In Hadoop- The definitive guide 3rd edition, page 209, we have below words:
Before it writes to disk, the thread first divides the data into partitions corresponding to the reducers that they will ultimately be sent to. Within each partition, the background thread performs an in-memory sort by key, and if there is a combiner function, it is run on the output of the sort. Running the combiner function makes for a more compact map output, so there is less data to write to local disk and to transfer to the reducer.

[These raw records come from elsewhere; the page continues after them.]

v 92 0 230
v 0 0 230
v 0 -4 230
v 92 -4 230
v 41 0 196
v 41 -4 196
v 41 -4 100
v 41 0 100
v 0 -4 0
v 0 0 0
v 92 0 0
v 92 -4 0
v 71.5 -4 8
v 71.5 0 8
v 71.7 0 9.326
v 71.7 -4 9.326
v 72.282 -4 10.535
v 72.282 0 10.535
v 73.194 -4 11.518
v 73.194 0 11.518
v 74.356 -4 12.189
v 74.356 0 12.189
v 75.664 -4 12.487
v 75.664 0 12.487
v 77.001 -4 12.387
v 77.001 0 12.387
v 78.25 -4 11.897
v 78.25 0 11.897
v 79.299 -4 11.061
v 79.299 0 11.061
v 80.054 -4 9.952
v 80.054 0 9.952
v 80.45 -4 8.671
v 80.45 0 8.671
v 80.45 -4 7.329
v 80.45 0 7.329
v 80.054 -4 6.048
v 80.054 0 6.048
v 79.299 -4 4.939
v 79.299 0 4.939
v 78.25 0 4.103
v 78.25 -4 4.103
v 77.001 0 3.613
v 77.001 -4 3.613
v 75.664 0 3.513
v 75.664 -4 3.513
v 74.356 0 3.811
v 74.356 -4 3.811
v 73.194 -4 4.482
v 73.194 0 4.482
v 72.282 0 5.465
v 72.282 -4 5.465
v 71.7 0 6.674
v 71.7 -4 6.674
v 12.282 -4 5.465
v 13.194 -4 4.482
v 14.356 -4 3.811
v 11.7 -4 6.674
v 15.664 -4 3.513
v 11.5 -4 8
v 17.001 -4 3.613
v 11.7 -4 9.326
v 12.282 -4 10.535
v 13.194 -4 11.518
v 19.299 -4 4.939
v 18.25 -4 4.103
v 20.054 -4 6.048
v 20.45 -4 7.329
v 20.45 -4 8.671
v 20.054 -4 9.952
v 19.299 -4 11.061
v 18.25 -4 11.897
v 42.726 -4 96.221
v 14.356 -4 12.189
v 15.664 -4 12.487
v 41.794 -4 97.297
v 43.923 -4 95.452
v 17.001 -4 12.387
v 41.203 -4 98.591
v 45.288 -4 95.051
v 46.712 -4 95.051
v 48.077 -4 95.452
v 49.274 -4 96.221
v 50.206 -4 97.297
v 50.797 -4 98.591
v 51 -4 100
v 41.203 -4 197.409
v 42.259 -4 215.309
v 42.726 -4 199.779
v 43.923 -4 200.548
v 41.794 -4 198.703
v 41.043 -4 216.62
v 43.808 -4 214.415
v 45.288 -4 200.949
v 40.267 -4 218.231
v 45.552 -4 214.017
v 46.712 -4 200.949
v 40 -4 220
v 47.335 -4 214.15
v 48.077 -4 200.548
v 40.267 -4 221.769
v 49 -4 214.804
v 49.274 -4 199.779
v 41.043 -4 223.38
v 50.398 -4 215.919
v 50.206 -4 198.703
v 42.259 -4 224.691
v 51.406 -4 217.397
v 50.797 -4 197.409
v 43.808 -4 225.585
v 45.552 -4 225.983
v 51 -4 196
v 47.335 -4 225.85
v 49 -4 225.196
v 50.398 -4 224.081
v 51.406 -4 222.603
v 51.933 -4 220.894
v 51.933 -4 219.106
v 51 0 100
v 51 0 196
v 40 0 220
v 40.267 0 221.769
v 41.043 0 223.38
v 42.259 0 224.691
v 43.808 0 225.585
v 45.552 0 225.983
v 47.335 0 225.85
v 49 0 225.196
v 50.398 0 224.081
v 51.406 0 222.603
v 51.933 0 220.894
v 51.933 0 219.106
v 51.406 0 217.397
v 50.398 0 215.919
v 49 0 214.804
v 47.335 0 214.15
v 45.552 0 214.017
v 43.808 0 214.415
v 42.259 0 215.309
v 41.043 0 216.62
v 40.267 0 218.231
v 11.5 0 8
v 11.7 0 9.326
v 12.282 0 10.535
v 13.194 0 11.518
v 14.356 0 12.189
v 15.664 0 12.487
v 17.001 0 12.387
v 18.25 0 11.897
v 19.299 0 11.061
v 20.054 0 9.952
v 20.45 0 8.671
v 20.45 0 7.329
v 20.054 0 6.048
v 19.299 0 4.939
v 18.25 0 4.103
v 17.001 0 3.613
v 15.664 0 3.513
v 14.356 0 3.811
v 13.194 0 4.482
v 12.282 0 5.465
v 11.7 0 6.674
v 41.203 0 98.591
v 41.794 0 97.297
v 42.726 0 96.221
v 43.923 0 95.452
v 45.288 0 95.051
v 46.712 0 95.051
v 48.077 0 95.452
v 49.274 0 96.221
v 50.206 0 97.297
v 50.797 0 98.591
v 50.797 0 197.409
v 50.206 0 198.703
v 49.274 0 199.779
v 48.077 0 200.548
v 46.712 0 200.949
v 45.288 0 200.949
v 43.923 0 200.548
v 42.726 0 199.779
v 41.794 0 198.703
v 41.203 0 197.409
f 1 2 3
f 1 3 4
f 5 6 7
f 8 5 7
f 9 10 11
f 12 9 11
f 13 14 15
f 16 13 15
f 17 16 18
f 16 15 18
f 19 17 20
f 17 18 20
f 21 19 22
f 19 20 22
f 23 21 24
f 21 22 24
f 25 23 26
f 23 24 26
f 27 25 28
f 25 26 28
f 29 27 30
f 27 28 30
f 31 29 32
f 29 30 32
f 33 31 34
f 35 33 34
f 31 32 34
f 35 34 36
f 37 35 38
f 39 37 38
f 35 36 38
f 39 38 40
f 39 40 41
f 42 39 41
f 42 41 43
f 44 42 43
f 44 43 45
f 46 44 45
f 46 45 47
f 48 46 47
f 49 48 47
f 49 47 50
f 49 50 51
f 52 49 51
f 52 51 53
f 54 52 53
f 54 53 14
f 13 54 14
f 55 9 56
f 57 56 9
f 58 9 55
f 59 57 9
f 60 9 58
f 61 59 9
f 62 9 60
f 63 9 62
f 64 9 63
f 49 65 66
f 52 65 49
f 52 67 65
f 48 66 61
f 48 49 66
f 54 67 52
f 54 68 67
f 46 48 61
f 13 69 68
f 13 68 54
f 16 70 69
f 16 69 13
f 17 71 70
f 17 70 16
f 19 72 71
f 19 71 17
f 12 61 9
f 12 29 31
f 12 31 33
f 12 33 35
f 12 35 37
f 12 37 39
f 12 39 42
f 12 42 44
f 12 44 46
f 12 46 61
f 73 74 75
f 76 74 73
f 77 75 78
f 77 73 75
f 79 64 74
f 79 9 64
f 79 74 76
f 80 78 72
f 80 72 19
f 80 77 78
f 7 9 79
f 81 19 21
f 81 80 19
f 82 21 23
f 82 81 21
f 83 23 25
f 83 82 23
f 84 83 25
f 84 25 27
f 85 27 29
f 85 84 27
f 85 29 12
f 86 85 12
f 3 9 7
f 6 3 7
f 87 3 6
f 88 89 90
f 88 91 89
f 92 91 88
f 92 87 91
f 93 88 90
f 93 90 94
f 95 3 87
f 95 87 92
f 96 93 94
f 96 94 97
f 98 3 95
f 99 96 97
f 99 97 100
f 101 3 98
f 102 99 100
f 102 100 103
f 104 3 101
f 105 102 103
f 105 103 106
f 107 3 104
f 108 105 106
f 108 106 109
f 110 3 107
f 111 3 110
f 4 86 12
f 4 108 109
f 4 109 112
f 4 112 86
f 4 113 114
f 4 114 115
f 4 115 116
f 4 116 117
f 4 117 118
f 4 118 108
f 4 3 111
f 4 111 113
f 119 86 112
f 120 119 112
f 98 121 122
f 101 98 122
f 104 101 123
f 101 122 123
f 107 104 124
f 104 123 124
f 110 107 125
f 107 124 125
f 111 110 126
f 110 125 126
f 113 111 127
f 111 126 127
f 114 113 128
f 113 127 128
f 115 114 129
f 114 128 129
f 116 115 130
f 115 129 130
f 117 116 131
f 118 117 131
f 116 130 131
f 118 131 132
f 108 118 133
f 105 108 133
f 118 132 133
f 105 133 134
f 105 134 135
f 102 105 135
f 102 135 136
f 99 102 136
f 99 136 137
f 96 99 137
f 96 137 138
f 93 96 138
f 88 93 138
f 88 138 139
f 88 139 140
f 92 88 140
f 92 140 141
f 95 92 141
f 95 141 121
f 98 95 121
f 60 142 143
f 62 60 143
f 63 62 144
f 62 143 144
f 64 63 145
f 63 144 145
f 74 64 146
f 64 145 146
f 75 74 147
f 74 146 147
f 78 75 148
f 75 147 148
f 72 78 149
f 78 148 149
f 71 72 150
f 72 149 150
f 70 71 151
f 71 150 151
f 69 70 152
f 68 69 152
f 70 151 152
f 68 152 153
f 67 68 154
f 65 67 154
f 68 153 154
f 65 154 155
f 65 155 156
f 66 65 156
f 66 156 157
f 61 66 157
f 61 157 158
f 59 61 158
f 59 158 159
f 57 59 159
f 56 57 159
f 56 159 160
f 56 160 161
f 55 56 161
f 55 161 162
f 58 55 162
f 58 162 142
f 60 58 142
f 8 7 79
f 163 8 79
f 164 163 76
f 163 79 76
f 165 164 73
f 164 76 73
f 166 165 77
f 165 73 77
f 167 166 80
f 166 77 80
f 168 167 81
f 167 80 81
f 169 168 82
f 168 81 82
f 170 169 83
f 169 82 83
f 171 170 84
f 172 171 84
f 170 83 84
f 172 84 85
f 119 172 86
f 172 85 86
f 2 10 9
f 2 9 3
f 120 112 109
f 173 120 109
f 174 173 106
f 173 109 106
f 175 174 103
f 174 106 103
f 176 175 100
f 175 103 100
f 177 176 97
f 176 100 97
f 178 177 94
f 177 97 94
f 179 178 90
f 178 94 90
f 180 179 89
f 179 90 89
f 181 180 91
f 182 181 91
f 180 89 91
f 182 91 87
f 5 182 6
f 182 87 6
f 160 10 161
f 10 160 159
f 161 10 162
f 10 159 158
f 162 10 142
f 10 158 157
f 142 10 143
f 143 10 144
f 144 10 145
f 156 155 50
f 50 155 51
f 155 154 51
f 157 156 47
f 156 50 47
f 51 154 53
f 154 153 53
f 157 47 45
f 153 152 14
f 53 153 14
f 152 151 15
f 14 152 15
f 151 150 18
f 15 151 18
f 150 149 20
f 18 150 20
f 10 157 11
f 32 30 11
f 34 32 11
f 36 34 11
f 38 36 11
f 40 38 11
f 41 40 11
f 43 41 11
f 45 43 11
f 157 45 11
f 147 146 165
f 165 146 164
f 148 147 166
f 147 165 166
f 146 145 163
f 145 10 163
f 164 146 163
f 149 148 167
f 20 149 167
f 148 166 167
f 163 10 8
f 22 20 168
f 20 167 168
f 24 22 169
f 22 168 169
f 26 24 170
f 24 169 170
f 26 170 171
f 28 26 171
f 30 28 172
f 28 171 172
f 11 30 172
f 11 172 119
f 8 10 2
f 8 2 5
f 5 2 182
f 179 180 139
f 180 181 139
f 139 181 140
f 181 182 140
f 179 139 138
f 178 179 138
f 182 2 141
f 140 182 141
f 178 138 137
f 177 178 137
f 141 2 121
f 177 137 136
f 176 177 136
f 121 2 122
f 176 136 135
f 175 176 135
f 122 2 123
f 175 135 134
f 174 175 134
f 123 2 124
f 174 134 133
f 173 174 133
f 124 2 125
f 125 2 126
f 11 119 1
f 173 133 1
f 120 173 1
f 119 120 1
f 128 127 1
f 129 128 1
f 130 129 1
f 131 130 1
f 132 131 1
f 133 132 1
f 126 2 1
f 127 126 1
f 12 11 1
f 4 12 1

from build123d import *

# Parameters (mm, degrees)
F0_W     = 92
F0_H     = 230
F1_DEPTH = 4
F3_D     = 9
F4_D     = 12
F6_DEPTH = 4


with BuildPart() as f1:
    # F0 (on Front) → F1 (new body)
    with BuildSketch(Plane.XZ):
        with Locations((46, 115)):
            Rectangle(F0_W, F0_H)
    extrude(amount=F1_DEPTH)

    # F3 (through all)
    with Locations(Plane.XZ.offset(4)):
        with Locations((16, 8), (76, 8)):
            Hole(F3_D / 2)

    # F4 (through all)
    with Locations(Plane.XZ.offset(4)):
        with Locations((46, 220)):
            Hole(F4_D / 2)

    # F5 (on face) → F6 (cut, through all)
    with BuildSketch(Plane.XZ.offset(4)):
        with BuildLine():
            ThreePointArc((41, 100), (46, 95), (51, 100))
            Line((51, 100), (51, 196))
            ThreePointArc((51, 196), (46, 201), (41, 196))
            Line((41, 196), (41, 100))
        make_face()
    extrude(amount=-F6_DEPTH, mode=Mode.SUBTRACT)


solid = f1.part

Each time the memory buffer reaches the spill threshold, a new spill file is created, so after the map task has written its last output record, there could be several spill files. Before the task is finished, the spill files are merged into a single partitioned and sorted output file. The configuration property io.sort.factor controls the maximum number of streams to merge at once; the default is 10.

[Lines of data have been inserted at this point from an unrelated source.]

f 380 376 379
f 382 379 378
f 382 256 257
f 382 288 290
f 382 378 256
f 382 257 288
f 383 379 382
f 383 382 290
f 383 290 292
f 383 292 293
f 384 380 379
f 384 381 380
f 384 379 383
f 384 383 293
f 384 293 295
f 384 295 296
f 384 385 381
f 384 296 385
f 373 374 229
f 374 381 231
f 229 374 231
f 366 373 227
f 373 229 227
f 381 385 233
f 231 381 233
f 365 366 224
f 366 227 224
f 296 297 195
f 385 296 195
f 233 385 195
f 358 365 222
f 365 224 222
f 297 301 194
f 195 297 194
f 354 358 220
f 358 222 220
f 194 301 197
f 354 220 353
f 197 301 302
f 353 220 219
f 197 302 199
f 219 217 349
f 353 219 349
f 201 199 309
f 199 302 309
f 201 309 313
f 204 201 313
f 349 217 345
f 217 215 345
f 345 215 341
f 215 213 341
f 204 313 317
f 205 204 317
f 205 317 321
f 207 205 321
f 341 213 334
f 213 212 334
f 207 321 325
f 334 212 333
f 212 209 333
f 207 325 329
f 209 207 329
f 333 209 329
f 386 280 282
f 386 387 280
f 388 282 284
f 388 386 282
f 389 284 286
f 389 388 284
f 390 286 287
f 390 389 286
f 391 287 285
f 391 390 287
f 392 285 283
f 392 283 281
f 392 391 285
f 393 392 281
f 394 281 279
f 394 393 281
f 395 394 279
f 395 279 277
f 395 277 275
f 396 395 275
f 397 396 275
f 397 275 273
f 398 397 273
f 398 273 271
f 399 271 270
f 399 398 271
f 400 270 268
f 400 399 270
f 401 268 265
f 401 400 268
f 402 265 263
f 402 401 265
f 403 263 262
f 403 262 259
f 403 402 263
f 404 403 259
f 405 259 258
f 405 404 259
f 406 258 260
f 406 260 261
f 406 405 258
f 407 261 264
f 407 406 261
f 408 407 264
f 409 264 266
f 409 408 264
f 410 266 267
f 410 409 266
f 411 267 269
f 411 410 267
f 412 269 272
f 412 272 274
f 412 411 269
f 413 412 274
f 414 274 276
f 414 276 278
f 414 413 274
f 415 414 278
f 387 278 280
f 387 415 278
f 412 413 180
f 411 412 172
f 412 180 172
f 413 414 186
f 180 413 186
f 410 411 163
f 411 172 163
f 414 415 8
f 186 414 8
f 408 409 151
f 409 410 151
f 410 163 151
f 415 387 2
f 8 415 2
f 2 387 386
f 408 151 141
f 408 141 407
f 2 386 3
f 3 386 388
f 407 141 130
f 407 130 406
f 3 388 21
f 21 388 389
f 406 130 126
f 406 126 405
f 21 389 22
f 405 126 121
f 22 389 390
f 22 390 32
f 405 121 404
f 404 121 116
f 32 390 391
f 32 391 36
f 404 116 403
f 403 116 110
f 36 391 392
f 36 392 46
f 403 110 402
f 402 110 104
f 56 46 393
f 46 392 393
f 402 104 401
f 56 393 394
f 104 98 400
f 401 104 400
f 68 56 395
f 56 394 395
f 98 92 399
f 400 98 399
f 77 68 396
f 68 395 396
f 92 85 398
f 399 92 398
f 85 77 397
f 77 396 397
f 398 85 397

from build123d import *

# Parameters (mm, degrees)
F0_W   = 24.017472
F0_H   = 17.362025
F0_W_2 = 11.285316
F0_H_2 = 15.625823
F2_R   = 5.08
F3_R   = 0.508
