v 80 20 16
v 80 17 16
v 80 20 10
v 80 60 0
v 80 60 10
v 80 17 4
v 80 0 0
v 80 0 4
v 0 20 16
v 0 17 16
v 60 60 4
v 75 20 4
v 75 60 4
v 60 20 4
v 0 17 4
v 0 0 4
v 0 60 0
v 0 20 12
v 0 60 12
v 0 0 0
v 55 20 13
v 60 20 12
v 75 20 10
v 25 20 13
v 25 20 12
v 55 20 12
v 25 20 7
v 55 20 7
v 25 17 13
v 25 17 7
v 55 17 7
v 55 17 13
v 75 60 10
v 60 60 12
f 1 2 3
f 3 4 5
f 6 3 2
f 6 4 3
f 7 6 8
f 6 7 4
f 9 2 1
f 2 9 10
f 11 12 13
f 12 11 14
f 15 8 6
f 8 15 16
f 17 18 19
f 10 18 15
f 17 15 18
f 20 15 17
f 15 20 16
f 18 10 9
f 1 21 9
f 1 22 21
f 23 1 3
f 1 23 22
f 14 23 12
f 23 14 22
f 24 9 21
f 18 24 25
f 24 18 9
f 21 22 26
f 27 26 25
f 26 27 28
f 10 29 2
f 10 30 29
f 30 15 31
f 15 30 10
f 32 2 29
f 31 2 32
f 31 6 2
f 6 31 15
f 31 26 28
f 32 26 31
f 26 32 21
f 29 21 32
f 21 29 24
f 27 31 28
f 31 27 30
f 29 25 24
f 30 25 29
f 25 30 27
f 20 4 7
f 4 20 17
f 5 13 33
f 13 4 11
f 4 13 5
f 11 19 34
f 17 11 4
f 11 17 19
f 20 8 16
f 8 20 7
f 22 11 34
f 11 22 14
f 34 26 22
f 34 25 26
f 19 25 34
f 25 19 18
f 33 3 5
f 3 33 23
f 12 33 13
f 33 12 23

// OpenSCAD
// Parameters
base_width = 80;
base_depth = 60;
base_height = 4;

rear_width = 60;
rear_depth = 40;
rear_height = 8;

side_strip_width = 5;
side_strip_depth = rear_depth;
side_strip_height = 6;

transverse_width = base_width;
transverse_depth = 3;
transverse_height = 12;

hole_width = 30;
hole_height = 6;

$fn = 100;

// Base slab
module base() {
    cube([base_width, base_depth, base_height]);
}

// Rear raised portion
module rear_block() {
    translate([0, base_depth - rear_depth, base_height])
        cube([rear_width, rear_depth, rear_height]);
}

// Left side strip
module left_strip() {
    translate([0, base_depth - side_strip_depth, base_height])
        cube([side_strip_width, side_strip_depth, side_strip_height]);
}

// Right side strip
module right_strip() {
    translate([base_width - side_strip_width, base_depth - side_strip_depth, base_height])
        cube([side_strip_width, side_strip_depth, side_strip_height]);
}

// Transverse feature with internal opening
module transverse_feature() {
    translate([0, base_depth - rear_depth - transverse_depth, base_height])
        difference() {
            // Outer shell
            cube([transverse_width, transverse_depth, transverse_height]);
            // Internal opening
            translate([(transverse_width - hole_width)/2, -1, (transverse_height - hole_height)/2])
                cube([hole_width, transverse_depth + 2, hole_height]);
        }
}

// Main assembly
union() {
    base();
    rear_block();
    left_strip();
    right_strip();
    transverse_feature();
}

If there are at least three spill files (set by the min.num.spills.for.combine property), the combiner is run again before the output file is written. Recall that combiners may be run repeatedly over th einput without affecting the final result. If there are only one or two spills, the potential reduction in map output size is not worth the overhead in invoking the combiner, so it is not run again for this map output.So combiner is run during merge spilled file.
So it seems the answer is:
Map -> Partitioner -> Sort -> Combiner -> Spill -> Combiner(if spills>=3) -> Merge.
However, in Apache Tutorial there are below words:
The Mapper outputs are sorted and then partitioned per Reducer.
The content is different from The definitive guide. The answer here seems to be:
Map -> Sort -> Combiner -> Partitioner -> Spill -> Combiner(if spills>=3) -> Merge.
Which one is correct? I lean to accept the later one in Apache Tutorial, but not quite sure.